In pista e in piattaforma, senza arrivare nuda alla meta. Lisa Buckwitz campionessa del mondo e olimpica di bob tedesca, cerca oro e medaglie con il bob a Milano Cortina, cerca soldi per andarci su OnlyFans: “La cosa migliore che mi potesse capitare”. Pubblica immagini provocanti, semisvestita, con pose ammiccanti.

Il sogno olimpico è affidato alla piattaforma erotica, anche se: “Non mi mostrerò mai completamente nuda”.

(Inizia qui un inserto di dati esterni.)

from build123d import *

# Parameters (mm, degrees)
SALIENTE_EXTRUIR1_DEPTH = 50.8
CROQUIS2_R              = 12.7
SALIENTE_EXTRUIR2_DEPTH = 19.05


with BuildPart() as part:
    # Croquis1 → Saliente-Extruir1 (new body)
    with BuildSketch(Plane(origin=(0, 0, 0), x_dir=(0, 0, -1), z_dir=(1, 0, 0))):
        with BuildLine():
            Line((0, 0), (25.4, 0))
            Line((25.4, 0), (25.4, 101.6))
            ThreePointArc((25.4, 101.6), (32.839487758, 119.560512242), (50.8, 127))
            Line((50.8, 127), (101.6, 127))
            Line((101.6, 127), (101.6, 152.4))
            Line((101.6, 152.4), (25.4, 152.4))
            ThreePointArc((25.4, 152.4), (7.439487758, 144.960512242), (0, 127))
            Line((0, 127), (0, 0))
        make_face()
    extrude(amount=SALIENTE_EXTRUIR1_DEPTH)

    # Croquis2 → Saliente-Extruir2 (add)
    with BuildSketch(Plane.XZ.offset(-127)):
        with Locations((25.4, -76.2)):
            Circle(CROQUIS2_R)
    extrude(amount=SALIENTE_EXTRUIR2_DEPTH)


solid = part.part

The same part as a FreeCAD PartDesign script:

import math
import FreeCAD as App
import Part
import Sketcher
from FreeCAD import Vector
Q = App.Units.Quantity

doc = App.newDocument("Part")
params = doc.addObject("Spreadsheet::Sheet", "Params")
for row, (alias, value) in enumerate([
    ("sketch1_radius", "1 in"),
    ("sketch1_width", "4 in"),
    ("sketch1_height", "2 in"),
    ("pad1_length", "2 in"),
    ("sketch2_diameter", "1 in"),
    ("pad2_length", "0.75 in"),
], start=1):
    params.set(f"A{row}", alias)
    params.set(f"B{row}", "=" + value)
    params.setAlias(f"B{row}", alias)

body = doc.addObject("PartDesign::Body", "Body")

# Sketch on YZ plane
sketch1 = body.newObject("Sketcher::SketchObject", "Sketch")
sketch1.AttachmentSupport = (doc.getObject("YZ_Plane"), [""])
sketch1.MapMode = "FlatFace"
sketch1.addGeometry([
    Part.LineSegment(Vector(0, 0, 0), Vector(0, -25, 0)),  # 0
    Part.LineSegment(Vector(0, -25, 0), Vector(102, -25, 0)),  # 1
    Part.ArcOfCircle(Part.Circle(Vector(102, -51, 0), Vector(0, 0, 1), 25), math.radians(0), math.radians(90)),  # 2
    Part.LineSegment(Vector(127, -51, 0), Vector(127, -102, 0)),  # 3
    Part.LineSegment(Vector(127, -102, 0), Vector(152, -102, 0)),  # 4
    Part.LineSegment(Vector(152, -102, 0), Vector(152, -25, 0)),  # 5
    Part.ArcOfCircle(Part.Circle(Vector(127, -25, 0), Vector(0, 0, 1), 25), math.radians(0), math.radians(90)),  # 6
    Part.LineSegment(Vector(127, 0, 0), Vector(0, 0, 0)),  # 7
], False)
sketch1.addConstraint([
    Sketcher.Constraint("Coincident", 0, 2, 1, 1),
    Sketcher.Constraint("Tangent", 1, 2, 2, 2),
    Sketcher.Constraint("Tangent", 2, 1, 3, 1),
    Sketcher.Constraint("Coincident", 3, 2, 4, 1),
    Sketcher.Constraint("Coincident", 4, 2, 5, 1),
    Sketcher.Constraint("Tangent", 5, 2, 6, 1),
    Sketcher.Constraint("Tangent", 6, 2, 7, 1),
    Sketcher.Constraint("Coincident", 7, 2, 0, 1),
    Sketcher.Constraint("Vertical", 0),
    Sketcher.Constraint("Horizontal", 1),
    Sketcher.Constraint("Vertical", 3),
    Sketcher.Constraint("Horizontal", 4),
    Sketcher.Constraint("Vertical", 5),
    Sketcher.Constraint("Horizontal", 7),
    Sketcher.Constraint("Coincident", 7, 2, -1, 1),
    Sketcher.Constraint("Equal", 2, 6),
    Sketcher.Constraint("Horizontal", 6, 3, 0, 2),
    Sketcher.Constraint("Vertical", 6, 3, 2, 1),
    Sketcher.Constraint("Radius", 2, Q("1 in")),
    Sketcher.Constraint("DistanceX", 1, 1, 1, 2, Q("4 in")),
    Sketcher.Constraint("DistanceY", 3, 2, 3, 1, Q("2 in")),
])
sketch1.setExpression("Constraints[18]", "Params.sketch1_radius")
sketch1.setExpression("Constraints[19]", "Params.sketch1_width")
sketch1.setExpression("Constraints[20]", "Params.sketch1_height")
pad1 = body.newObject("PartDesign::Pad", "Pad")
pad1.Profile = sketch1
pad1.setExpression("Length", "Params.pad1_length")

# Sketch on XZ plane
sketch2 = body.newObject("Sketcher::SketchObject", "Sketch001")
sketch2.AttachmentSupport = (doc.getObject("XZ_Plane"), [""])
sketch2.MapMode = "FlatFace"
sketch2.AttachmentOffset = App.Placement(Vector(0, 0, -5 * 25.4), App.Rotation())
sketch2.addGeometry(Part.Circle(Vector(25, -76, 0), Vector(0, 0, 1), 13), False)
sketch2.addConstraint([
    Sketcher.Constraint("Diameter", 0, Q("1 in")),
    Sketcher.Constraint("DistanceX", -1, 1, 0, 3, Q("1 in")),
    Sketcher.Constraint("DistanceY", 0, 3, -1, 1, Q("3 in")),
])
sketch2.setExpression("Constraints[0]", "Params.sketch2_diameter")
pad2 = body.newObject("PartDesign::Pad", "Pad001")
pad2.Profile = sketch2
pad2.setExpression("Length", "Params.pad2_length")

doc.recompute()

Buckwitz, che dice si sentirsi estroversa e a proprio agio, cerca finanziamenti per poter partecipare ai Giochi mostrando il proprio corpo. “È una fortuna per me, mi permette di trovare fondi per la mia squadra”. Ha iniziato la collaborazione con OnlyFans un anno fa, con i soli sponsor tradizionali – dice – non avrebbe avuto le risorse per le Olimpiadi di Milano-Cortina: i finanziamenti delle organizzazioni di sostegno allo sport, i fondi pubblici e gli sponsor locali sono spesso insufficienti. E, dice l’atleta, senza autopromozione: “nessuno è interessato a Lisa Buckwitz. È un po’ triste non potermi concentrare esclusivamente sul mio sport agonistico. Certo, sono una campionessa olimpica. Ma solo per via della medaglia d’oro, nessuno è interessato a Lisa Buckwitz”. E lodice nel documentario intitolato “OnlyBob – Il mio corpo. Il mio capitale“.

Per una stagione di bob con allenamento, biglietti aerei, attrezzatura e spese di soggiorno, servono 50.000 euro. Buckwitz guadagna con le foto, i video e le attività sulla piattaforma di intrattenimento per adulti, e i suoi fan pagano 24,99 dollari al mese. “Per me è uno sponsor che rende possibile questo sport. Quindi è del tutto normale”, spiega Buckwitz. Ma ammette che l’aspetto sessuale è, ovviamente, un argomento di discussione.

Anche il suo collega, Georg Fleischhauer, ha un account OnlyFans, dove sono attivi numerosi attori del settore dei film per adulti. Ma sottolinea: “Non sono un pornostar”. Lì, ha l’opportunità di “offrire uno sguardo nella vita di un’atleta d’élite”. “E, naturalmente, di mostrare il nostro corpo e i nostri muscoli”.